WHAT IS REQUIRED »
Give back exactly the stretch of data below from the line holding "e163 v119 v136 LINE" through the line holding "v150 (14.989356,1.125,-10)", both ends included, and leave the remaining lines out.

[DATA FOR PROCESSING Boundary: Start]

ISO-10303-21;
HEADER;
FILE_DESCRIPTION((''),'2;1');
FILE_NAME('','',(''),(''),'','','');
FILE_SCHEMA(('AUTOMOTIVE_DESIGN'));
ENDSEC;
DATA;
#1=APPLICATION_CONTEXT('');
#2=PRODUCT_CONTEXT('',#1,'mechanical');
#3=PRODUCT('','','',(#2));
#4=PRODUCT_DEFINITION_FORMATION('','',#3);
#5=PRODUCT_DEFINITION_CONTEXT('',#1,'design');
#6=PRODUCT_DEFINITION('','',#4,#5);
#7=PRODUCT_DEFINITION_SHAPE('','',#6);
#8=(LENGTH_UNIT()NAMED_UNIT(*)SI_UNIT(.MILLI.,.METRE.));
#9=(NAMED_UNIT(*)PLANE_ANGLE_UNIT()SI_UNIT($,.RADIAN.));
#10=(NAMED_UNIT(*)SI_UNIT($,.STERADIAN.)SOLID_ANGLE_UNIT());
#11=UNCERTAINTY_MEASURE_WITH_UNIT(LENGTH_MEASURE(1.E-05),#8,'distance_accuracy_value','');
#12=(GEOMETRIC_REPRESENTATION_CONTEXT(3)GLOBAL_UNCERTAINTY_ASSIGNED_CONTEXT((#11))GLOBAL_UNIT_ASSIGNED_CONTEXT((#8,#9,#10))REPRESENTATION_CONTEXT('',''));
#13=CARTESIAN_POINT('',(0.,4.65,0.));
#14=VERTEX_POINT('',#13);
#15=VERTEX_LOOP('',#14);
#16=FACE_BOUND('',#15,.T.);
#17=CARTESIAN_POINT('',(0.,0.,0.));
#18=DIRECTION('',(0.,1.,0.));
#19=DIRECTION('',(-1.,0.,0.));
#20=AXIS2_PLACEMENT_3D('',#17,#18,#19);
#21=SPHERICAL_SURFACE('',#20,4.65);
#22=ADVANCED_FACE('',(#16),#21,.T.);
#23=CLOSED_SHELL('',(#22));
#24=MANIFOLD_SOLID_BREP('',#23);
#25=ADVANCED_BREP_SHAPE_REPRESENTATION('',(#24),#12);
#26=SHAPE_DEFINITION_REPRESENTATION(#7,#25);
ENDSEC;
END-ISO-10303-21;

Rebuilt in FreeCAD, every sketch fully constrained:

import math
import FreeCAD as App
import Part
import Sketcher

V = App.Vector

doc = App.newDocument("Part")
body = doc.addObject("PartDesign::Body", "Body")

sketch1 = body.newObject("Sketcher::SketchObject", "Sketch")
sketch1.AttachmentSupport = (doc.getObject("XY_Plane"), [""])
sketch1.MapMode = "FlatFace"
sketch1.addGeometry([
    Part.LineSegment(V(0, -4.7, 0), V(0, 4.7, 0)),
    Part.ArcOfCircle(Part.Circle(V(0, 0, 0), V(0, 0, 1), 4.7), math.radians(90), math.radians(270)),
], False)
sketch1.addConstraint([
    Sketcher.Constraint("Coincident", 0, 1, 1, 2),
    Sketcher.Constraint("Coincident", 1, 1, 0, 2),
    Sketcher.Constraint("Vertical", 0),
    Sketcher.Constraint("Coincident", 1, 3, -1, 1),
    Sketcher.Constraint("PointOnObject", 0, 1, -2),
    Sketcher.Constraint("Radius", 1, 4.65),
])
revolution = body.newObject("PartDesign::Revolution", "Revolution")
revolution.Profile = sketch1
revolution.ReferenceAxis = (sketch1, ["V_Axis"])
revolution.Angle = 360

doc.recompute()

[DATA FOR PROCESSING Boundary: End]
[DATA FOR PROCESSING Boundary: Start]

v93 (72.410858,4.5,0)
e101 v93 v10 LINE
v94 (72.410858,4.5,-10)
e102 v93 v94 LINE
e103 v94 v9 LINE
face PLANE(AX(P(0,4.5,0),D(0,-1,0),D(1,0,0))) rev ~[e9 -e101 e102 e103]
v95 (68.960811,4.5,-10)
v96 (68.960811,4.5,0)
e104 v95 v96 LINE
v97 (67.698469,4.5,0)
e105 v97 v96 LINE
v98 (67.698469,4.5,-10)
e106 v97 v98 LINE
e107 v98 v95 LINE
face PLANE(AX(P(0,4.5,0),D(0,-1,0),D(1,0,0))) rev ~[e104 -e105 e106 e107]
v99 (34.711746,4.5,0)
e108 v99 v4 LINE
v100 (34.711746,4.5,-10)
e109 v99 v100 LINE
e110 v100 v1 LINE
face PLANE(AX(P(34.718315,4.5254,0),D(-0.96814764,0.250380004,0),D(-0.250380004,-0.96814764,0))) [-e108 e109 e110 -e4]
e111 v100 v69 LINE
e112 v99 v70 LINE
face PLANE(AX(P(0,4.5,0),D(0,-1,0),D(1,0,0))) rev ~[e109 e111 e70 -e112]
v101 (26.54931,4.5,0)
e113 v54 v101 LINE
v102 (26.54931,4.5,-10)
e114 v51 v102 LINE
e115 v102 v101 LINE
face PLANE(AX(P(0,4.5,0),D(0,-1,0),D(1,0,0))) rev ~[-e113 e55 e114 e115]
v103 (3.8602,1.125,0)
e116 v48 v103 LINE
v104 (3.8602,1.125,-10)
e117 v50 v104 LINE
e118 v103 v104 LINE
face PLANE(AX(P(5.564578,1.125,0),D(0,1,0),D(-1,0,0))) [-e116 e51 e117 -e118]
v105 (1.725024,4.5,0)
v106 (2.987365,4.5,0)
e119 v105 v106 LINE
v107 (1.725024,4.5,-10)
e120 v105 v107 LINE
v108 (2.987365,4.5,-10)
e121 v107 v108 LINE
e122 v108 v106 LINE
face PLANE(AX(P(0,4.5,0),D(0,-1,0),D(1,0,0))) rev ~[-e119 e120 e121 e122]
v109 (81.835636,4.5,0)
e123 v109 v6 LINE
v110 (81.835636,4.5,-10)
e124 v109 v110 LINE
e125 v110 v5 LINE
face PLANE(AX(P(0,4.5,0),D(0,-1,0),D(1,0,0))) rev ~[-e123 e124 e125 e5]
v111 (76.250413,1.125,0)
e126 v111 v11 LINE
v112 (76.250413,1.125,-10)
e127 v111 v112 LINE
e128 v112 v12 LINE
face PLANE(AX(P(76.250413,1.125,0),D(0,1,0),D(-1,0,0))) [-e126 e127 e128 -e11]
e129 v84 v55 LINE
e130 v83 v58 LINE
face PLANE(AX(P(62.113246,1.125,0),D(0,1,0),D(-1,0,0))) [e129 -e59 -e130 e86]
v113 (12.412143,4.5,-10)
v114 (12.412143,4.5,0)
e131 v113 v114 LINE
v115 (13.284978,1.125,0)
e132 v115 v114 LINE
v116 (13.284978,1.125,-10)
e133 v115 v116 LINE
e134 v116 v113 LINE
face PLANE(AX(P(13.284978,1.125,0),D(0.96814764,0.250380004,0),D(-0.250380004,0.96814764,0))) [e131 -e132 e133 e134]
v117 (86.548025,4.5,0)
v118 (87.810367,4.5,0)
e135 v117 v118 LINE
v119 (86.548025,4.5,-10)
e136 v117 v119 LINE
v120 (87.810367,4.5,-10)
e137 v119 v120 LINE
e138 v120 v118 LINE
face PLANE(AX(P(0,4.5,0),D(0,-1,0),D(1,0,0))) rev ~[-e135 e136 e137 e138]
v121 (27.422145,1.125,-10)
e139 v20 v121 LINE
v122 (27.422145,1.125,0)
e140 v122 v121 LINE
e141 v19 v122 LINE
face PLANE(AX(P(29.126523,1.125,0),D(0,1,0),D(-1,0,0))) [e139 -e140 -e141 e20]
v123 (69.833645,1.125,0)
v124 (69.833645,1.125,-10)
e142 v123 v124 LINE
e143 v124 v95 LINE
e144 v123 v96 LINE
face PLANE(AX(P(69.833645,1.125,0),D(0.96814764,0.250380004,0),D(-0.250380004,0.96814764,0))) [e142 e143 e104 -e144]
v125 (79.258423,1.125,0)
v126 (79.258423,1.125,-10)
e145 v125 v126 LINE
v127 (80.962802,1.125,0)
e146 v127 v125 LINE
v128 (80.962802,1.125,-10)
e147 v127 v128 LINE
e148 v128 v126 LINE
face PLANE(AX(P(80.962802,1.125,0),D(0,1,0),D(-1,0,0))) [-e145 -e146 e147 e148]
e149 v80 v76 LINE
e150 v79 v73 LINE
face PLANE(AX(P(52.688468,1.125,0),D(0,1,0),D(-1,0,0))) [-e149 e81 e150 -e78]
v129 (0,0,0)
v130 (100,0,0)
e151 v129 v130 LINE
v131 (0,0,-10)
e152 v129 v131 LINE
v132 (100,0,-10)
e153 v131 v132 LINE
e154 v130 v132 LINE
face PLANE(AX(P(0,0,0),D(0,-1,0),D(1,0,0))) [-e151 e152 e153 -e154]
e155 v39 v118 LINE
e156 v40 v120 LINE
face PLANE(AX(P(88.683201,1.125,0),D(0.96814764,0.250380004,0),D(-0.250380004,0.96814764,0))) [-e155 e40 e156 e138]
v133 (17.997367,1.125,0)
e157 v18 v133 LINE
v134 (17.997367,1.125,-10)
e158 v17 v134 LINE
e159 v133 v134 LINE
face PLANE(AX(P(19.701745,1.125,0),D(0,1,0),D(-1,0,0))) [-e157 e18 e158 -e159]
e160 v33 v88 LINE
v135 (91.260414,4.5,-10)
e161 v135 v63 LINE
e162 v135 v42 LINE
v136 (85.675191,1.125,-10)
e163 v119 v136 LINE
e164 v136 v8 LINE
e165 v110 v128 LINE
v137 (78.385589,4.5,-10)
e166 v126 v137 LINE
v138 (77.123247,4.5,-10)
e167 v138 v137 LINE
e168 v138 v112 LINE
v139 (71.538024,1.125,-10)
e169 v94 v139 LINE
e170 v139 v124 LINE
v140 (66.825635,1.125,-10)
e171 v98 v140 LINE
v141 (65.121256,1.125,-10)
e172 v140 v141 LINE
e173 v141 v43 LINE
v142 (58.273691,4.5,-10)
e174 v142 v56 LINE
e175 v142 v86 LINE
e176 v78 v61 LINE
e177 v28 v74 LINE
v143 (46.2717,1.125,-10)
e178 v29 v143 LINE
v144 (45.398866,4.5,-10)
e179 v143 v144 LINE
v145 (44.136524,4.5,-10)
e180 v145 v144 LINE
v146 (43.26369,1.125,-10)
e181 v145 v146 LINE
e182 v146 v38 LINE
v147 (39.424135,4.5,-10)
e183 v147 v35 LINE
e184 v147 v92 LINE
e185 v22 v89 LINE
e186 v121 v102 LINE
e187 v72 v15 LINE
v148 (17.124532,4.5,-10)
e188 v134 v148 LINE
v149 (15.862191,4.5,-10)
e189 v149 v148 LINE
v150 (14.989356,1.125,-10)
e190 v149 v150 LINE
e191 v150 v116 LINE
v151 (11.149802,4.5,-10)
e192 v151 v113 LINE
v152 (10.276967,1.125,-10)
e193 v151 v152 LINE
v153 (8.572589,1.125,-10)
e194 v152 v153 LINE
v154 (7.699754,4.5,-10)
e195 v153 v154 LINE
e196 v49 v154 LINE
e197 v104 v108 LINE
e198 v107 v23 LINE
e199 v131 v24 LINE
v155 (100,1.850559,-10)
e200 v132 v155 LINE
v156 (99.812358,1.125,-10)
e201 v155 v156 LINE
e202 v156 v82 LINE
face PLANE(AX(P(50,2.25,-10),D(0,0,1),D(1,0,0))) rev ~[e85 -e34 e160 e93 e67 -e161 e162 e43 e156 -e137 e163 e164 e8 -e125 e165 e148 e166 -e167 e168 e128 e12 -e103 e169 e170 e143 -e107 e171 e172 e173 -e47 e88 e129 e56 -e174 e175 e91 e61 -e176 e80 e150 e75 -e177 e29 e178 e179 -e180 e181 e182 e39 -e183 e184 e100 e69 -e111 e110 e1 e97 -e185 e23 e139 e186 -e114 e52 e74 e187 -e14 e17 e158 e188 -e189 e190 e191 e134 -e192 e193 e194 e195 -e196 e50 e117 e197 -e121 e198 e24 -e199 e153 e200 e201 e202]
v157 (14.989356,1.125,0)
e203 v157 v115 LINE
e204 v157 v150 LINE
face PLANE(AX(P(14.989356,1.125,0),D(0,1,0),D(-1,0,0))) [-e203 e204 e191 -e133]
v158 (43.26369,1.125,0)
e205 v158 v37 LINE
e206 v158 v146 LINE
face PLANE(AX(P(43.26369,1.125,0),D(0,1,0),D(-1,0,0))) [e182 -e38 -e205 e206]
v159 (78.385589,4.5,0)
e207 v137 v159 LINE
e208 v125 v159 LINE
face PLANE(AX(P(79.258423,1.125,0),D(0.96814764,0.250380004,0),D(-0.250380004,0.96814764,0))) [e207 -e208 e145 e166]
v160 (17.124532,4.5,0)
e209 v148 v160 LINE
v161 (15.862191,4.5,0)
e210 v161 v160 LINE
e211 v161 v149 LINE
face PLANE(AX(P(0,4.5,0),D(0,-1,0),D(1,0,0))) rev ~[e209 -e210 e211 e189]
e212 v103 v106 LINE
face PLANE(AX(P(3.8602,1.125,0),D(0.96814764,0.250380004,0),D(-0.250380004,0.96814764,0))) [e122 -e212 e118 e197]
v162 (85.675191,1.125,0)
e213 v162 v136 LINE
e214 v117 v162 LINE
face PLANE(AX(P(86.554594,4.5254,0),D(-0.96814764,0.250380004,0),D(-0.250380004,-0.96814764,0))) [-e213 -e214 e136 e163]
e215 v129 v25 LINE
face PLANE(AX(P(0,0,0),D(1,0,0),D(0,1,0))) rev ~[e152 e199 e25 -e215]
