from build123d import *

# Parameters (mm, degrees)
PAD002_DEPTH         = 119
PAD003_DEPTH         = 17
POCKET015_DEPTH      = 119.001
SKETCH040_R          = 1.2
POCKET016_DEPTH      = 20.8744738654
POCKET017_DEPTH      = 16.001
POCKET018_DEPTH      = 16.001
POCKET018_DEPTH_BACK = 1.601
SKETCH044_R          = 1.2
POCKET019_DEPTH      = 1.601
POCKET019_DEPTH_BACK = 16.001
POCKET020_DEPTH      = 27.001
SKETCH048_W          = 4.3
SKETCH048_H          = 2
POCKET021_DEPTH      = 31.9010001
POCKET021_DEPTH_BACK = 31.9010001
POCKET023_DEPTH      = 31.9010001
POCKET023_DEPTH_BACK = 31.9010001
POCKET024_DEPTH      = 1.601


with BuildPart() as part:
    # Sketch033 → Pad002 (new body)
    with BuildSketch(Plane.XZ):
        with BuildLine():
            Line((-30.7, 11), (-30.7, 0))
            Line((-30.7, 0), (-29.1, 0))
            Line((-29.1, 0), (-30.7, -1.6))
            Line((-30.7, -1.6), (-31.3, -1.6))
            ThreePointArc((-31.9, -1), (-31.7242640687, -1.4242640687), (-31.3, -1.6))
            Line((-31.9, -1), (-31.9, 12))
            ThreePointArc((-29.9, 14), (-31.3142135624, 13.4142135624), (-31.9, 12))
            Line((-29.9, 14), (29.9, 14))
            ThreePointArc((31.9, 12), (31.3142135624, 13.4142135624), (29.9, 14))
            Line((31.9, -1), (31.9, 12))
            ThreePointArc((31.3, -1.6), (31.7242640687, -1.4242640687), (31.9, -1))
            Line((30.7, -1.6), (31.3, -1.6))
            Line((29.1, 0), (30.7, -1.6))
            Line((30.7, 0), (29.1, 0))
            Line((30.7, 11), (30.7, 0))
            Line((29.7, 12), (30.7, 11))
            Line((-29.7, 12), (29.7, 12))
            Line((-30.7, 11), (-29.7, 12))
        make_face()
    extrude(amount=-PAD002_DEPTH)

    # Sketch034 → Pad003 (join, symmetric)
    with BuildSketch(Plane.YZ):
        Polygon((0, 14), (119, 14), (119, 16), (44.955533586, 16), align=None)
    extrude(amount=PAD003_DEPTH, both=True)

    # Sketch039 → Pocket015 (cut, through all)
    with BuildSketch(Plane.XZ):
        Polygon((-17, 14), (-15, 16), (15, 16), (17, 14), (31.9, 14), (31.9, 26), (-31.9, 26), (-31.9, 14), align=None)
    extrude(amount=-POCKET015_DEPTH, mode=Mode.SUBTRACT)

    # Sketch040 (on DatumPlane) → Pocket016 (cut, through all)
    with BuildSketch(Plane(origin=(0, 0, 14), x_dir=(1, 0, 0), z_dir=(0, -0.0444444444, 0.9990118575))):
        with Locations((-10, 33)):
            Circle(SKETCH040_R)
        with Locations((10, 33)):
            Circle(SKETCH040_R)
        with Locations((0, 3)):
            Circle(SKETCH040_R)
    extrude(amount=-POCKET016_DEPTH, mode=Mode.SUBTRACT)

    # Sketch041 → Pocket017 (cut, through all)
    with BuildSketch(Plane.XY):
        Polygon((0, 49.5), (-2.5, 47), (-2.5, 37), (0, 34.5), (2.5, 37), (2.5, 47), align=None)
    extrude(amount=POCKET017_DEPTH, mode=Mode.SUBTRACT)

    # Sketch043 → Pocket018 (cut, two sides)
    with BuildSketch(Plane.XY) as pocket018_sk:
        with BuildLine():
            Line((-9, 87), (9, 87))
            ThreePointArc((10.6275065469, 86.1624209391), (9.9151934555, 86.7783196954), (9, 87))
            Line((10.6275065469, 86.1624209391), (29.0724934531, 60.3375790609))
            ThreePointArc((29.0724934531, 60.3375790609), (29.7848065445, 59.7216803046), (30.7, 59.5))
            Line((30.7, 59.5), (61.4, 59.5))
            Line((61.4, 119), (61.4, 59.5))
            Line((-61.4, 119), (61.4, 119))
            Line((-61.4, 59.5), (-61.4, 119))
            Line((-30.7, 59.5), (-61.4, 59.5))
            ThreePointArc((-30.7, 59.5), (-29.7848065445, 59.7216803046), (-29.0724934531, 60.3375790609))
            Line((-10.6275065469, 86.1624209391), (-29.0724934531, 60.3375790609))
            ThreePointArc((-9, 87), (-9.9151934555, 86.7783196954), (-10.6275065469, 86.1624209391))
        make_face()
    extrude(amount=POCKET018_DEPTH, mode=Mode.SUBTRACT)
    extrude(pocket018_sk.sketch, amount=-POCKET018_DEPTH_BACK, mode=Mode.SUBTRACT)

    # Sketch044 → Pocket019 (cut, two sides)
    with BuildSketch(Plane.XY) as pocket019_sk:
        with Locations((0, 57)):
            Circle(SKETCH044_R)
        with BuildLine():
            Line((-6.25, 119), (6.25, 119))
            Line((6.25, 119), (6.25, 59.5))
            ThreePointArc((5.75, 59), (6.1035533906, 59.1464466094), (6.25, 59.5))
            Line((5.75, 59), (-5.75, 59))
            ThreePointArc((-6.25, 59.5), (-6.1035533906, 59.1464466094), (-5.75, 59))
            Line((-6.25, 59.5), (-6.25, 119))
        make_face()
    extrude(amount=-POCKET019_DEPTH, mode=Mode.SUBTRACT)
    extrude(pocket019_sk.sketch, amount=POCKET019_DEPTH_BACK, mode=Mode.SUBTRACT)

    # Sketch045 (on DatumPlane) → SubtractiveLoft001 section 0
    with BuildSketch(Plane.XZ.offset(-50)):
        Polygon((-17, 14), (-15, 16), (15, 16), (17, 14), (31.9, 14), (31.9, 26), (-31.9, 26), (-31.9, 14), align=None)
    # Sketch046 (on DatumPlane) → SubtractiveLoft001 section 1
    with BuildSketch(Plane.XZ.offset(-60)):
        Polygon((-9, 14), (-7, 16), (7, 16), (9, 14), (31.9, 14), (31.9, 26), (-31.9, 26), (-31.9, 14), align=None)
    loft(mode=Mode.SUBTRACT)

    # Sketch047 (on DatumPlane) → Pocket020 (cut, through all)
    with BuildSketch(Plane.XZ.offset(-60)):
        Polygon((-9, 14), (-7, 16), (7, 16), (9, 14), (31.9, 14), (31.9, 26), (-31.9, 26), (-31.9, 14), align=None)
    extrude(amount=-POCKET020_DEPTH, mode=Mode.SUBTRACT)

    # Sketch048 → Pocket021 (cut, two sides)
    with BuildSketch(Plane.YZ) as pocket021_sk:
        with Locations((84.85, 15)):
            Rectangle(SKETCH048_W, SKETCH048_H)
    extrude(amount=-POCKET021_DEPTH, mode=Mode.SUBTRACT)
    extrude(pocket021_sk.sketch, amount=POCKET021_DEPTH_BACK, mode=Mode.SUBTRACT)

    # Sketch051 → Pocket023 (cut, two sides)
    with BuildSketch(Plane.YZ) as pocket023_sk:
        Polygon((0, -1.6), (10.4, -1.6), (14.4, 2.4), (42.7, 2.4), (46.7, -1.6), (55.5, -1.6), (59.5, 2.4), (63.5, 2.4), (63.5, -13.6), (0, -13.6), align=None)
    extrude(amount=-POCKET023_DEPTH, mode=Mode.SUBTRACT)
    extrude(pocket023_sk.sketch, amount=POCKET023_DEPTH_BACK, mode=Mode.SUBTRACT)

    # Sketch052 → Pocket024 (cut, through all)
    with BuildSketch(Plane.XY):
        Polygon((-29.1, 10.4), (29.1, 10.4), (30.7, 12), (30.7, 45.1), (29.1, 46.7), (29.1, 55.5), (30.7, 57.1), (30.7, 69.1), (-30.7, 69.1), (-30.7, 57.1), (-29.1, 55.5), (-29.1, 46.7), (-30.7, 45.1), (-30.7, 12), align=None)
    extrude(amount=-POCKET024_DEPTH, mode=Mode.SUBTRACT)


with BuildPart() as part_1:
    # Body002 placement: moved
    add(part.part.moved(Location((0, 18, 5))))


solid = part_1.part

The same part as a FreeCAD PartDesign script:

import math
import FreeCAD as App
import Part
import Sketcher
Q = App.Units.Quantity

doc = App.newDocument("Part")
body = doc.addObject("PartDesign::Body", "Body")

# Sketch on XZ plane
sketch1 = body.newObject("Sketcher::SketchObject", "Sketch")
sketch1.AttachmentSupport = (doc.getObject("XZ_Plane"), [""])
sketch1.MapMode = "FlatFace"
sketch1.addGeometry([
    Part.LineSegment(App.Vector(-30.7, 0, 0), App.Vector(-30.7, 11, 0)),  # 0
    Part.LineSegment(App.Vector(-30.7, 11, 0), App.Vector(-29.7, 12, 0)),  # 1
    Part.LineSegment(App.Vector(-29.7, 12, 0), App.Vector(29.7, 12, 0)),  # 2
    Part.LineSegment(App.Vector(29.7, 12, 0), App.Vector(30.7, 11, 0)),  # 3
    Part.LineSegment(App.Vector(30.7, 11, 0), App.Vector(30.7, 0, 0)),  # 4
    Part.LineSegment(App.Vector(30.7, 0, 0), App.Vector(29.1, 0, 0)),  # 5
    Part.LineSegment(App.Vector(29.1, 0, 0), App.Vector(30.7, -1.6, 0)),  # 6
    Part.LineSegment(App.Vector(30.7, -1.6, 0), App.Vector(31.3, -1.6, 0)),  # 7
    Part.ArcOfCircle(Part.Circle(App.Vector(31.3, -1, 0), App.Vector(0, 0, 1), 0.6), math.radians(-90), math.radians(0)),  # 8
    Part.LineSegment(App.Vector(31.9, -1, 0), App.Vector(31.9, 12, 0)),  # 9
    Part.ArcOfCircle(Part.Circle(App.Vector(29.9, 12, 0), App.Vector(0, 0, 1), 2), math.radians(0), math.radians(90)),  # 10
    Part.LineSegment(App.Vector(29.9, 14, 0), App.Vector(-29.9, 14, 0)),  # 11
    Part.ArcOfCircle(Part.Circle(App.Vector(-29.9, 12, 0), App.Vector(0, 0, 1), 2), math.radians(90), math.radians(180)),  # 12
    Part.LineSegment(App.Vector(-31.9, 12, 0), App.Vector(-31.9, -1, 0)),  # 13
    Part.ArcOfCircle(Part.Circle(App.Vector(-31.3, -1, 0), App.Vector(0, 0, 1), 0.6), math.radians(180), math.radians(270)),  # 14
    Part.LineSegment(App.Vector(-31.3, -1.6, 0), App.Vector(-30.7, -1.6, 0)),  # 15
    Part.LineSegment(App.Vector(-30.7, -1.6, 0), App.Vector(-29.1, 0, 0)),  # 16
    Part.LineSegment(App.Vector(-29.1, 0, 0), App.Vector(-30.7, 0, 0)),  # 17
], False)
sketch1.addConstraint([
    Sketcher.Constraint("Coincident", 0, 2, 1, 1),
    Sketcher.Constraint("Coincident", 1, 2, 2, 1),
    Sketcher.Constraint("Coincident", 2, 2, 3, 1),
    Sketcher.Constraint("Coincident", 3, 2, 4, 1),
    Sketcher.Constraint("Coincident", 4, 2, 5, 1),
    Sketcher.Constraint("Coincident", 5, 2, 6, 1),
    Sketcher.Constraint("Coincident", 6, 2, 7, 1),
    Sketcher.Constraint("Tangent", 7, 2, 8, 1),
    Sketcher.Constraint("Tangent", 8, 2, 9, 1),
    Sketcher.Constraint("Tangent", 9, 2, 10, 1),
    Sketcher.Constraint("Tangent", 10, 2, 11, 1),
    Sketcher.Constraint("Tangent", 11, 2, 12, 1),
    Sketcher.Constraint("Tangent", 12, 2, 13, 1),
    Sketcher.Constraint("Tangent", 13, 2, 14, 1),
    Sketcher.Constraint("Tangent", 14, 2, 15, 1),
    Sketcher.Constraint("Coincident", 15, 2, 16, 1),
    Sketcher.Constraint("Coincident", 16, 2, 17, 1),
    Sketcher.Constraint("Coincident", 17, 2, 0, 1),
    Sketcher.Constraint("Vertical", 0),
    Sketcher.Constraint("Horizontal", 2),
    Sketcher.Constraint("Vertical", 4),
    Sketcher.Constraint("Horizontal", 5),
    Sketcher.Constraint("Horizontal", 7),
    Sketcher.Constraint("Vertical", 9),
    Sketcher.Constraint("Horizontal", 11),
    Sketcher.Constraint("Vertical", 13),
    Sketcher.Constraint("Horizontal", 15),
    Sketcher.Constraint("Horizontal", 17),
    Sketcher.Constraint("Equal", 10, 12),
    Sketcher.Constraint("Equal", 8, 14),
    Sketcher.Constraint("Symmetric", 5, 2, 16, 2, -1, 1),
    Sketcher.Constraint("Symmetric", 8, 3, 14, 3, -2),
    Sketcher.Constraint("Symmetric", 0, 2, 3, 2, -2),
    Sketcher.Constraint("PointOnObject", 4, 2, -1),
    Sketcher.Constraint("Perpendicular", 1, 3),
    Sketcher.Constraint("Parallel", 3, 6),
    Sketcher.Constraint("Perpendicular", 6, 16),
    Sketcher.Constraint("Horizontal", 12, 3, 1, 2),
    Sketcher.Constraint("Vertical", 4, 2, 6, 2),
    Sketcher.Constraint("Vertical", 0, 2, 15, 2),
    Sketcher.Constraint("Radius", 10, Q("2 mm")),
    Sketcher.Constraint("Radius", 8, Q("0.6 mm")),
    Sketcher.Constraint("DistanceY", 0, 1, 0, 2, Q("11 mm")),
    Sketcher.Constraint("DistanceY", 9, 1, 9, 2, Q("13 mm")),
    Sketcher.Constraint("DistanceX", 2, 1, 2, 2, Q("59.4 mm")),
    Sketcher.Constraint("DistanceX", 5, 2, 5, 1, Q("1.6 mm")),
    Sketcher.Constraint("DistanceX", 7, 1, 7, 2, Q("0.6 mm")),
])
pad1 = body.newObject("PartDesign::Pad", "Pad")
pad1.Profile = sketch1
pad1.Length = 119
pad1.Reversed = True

[DATA FOR PROCESSING Boundary: End]

RESULT OF THIS EXERCISE »
e163 v119 v136 LINE
e164 v136 v8 LINE
e165 v110 v128 LINE
v137 (78.385589,4.5,-10)
e166 v126 v137 LINE
v138 (77.123247,4.5,-10)
e167 v138 v137 LINE
e168 v138 v112 LINE
v139 (71.538024,1.125,-10)
e169 v94 v139 LINE
e170 v139 v124 LINE
v140 (66.825635,1.125,-10)
e171 v98 v140 LINE
v141 (65.121256,1.125,-10)
e172 v140 v141 LINE
e173 v141 v43 LINE
v142 (58.273691,4.5,-10)
e174 v142 v56 LINE
e175 v142 v86 LINE
e176 v78 v61 LINE
e177 v28 v74 LINE
v143 (46.2717,1.125,-10)
e178 v29 v143 LINE
v144 (45.398866,4.5,-10)
e179 v143 v144 LINE
v145 (44.136524,4.5,-10)
e180 v145 v144 LINE
v146 (43.26369,1.125,-10)
e181 v145 v146 LINE
e182 v146 v38 LINE
v147 (39.424135,4.5,-10)
e183 v147 v35 LINE
e184 v147 v92 LINE
e185 v22 v89 LINE
e186 v121 v102 LINE
e187 v72 v15 LINE
v148 (17.124532,4.5,-10)
e188 v134 v148 LINE
v149 (15.862191,4.5,-10)
e189 v149 v148 LINE
v150 (14.989356,1.125,-10)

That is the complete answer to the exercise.